What better illustration of this situation do we have than our recent pandemic? Isolation and lockdowns increased our fear of death from disease by adding anxiety. Isolation also damaged our interpersonal relationships with everyone. Just as a lack of practice with a musical instrument leads to a decay in skill, so too did our social skills decline with lack of practice. At that point we just needed one bad happenstance to make everything that much worse.5
But we were already getting rusty at social skills before “the plague” with worrying implications, especially for children.6 I ride the bus to work every day. The people sitting next to me are remote in the sense that their heads are bowed down towards their phones. But for the occasional shuffle one would think I ride alone, as I ride in silence. There are plenty of people on the bus, but no one is present.
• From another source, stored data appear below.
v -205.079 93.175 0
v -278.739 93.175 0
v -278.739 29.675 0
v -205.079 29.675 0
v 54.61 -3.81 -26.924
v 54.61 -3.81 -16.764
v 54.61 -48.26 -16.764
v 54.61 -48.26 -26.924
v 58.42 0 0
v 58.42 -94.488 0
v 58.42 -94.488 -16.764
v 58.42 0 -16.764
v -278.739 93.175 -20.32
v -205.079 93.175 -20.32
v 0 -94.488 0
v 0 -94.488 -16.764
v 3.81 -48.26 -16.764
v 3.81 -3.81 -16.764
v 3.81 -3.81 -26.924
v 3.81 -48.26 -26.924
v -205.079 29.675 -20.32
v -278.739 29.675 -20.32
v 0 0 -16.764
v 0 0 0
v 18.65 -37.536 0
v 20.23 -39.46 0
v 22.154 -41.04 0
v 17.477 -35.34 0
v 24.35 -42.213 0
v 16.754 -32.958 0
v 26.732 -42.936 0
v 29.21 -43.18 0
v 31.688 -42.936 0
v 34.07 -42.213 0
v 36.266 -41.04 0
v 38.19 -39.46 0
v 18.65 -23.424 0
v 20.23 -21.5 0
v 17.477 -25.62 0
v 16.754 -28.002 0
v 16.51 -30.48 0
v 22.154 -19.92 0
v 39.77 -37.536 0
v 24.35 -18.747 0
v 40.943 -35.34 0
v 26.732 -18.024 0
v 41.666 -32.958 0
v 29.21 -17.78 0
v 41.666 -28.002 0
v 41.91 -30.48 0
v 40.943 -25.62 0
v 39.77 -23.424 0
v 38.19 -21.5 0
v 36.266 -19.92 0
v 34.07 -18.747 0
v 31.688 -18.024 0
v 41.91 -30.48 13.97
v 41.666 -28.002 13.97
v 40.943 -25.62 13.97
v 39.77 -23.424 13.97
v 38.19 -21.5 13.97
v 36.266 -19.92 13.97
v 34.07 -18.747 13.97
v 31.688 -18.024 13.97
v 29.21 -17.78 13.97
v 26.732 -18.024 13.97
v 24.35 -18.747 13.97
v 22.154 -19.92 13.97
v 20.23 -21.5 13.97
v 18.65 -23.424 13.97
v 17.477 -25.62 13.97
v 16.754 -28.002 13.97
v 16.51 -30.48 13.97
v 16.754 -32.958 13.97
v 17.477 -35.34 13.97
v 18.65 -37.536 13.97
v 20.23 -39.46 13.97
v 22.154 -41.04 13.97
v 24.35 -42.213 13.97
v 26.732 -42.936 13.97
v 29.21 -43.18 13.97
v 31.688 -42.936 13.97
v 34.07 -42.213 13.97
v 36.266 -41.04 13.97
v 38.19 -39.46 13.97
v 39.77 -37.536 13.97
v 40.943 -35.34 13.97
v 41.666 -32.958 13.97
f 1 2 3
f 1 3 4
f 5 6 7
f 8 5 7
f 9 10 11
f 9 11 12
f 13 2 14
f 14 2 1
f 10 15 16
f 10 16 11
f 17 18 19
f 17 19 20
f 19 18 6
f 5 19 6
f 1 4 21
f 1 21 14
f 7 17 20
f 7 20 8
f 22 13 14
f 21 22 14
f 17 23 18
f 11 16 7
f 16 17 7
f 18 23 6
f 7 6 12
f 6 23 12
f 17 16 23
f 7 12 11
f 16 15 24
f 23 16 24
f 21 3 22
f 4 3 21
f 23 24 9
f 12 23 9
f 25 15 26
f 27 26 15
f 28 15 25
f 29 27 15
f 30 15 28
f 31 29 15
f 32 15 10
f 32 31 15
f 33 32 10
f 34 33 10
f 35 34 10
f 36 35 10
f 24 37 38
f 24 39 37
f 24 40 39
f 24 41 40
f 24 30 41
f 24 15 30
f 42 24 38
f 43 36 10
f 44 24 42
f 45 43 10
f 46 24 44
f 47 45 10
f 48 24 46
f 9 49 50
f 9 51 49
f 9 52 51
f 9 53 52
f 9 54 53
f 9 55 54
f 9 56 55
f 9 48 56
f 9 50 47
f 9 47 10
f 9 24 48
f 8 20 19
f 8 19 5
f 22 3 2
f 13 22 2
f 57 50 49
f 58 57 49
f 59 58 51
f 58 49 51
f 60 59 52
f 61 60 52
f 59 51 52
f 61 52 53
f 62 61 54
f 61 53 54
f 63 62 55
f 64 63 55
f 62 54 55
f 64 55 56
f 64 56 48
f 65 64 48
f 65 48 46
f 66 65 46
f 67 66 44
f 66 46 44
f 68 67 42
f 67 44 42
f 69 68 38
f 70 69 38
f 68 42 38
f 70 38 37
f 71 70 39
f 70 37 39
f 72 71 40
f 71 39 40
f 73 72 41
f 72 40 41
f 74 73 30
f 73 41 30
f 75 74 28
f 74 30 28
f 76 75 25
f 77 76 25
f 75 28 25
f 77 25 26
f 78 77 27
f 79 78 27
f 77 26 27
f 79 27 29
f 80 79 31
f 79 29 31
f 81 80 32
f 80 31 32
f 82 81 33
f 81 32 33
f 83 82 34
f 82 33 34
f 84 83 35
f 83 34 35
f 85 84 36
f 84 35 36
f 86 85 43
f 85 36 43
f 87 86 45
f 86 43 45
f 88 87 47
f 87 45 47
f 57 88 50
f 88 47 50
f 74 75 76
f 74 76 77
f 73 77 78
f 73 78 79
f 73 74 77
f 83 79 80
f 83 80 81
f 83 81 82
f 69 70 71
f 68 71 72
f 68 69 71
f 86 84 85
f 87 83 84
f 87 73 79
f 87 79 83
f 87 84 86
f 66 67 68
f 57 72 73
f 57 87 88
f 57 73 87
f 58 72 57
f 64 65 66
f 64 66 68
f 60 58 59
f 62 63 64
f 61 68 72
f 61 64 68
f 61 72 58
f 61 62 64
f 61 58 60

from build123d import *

# Parameters (mm, degrees)
F0_W     = 58.42
F0_H     = 94.488
F0_R     = 12.7
F1_DEPTH = 16.764
F2_DEPTH = 13.97
F3_W     = 50.8
F3_H     = 44.45
F4_DEPTH = 10.16
F5_W     = 73.66
F5_H     = 63.5
F6_DEPTH = 20.32


with BuildPart() as f1:
    # F0 (on Top) → F1 (new body)
    with BuildSketch(Plane.XY):
        with Locations((29.21, -47.244)):
            Rectangle(F0_W, F0_H)
        with Locations((29.21, -30.48)):
            Circle(F0_R, mode=Mode.SUBTRACT)
        with Locations((29.21, -30.48)):
            Circle(F0_R)
    extrude(amount=-F1_DEPTH)

    # F0 (on Top) → F2 (join)
    with BuildSketch(Plane.XY):
        with Locations((29.21, -30.48)):
            Circle(F0_R)
    extrude(amount=F2_DEPTH)

    # F3 (on face) → F4 (join)
    with BuildSketch(Plane(origin=(0, 0, -16.764), x_dir=(1, 0, 0), z_dir=(0, 0, -1))):
        with Locations((29.21, 26.035)):
            Rectangle(F3_W, F3_H)
    extrude(amount=F4_DEPTH)


with BuildPart() as f6:
    # F5 (on Top) → F6 (new body)
    with BuildSketch(Plane.XY):
        with Locations((-241.9087812304, 61.4245978671)):
            Rectangle(F5_W, F5_H)
    extrude(amount=-F6_DEPTH)


solid = Compound([f1.part, f6.part])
The tools that give us the power to connect remotely and work remotely also have the power to isolate us. One need not be distant to be remote. This is not good for interpersonal dynamics.
The best connections we make in life are in-person. The day may come when our phones are implanted neural interfaces and the issue of locality being a precondition for full human communication is rendered moot as we “Borg” ourselves.7 That day is not today.
We should socialize and work in-person as much as possible. It’s good for us. But if we do take advantage of remote work, let us at least give respect to the people in our presence by putting our phones down and face towards them. We all deserve that.
And my class reunion? It was a great success.
Some there had been friends since grade school and had stayed in touch, and it showed. Some had been separated from close friends for a long time and were reunited, and it showed. Some, like me, made new connections with past classmates that were now new friends, and it showed.
We had been remote, but together we made connections.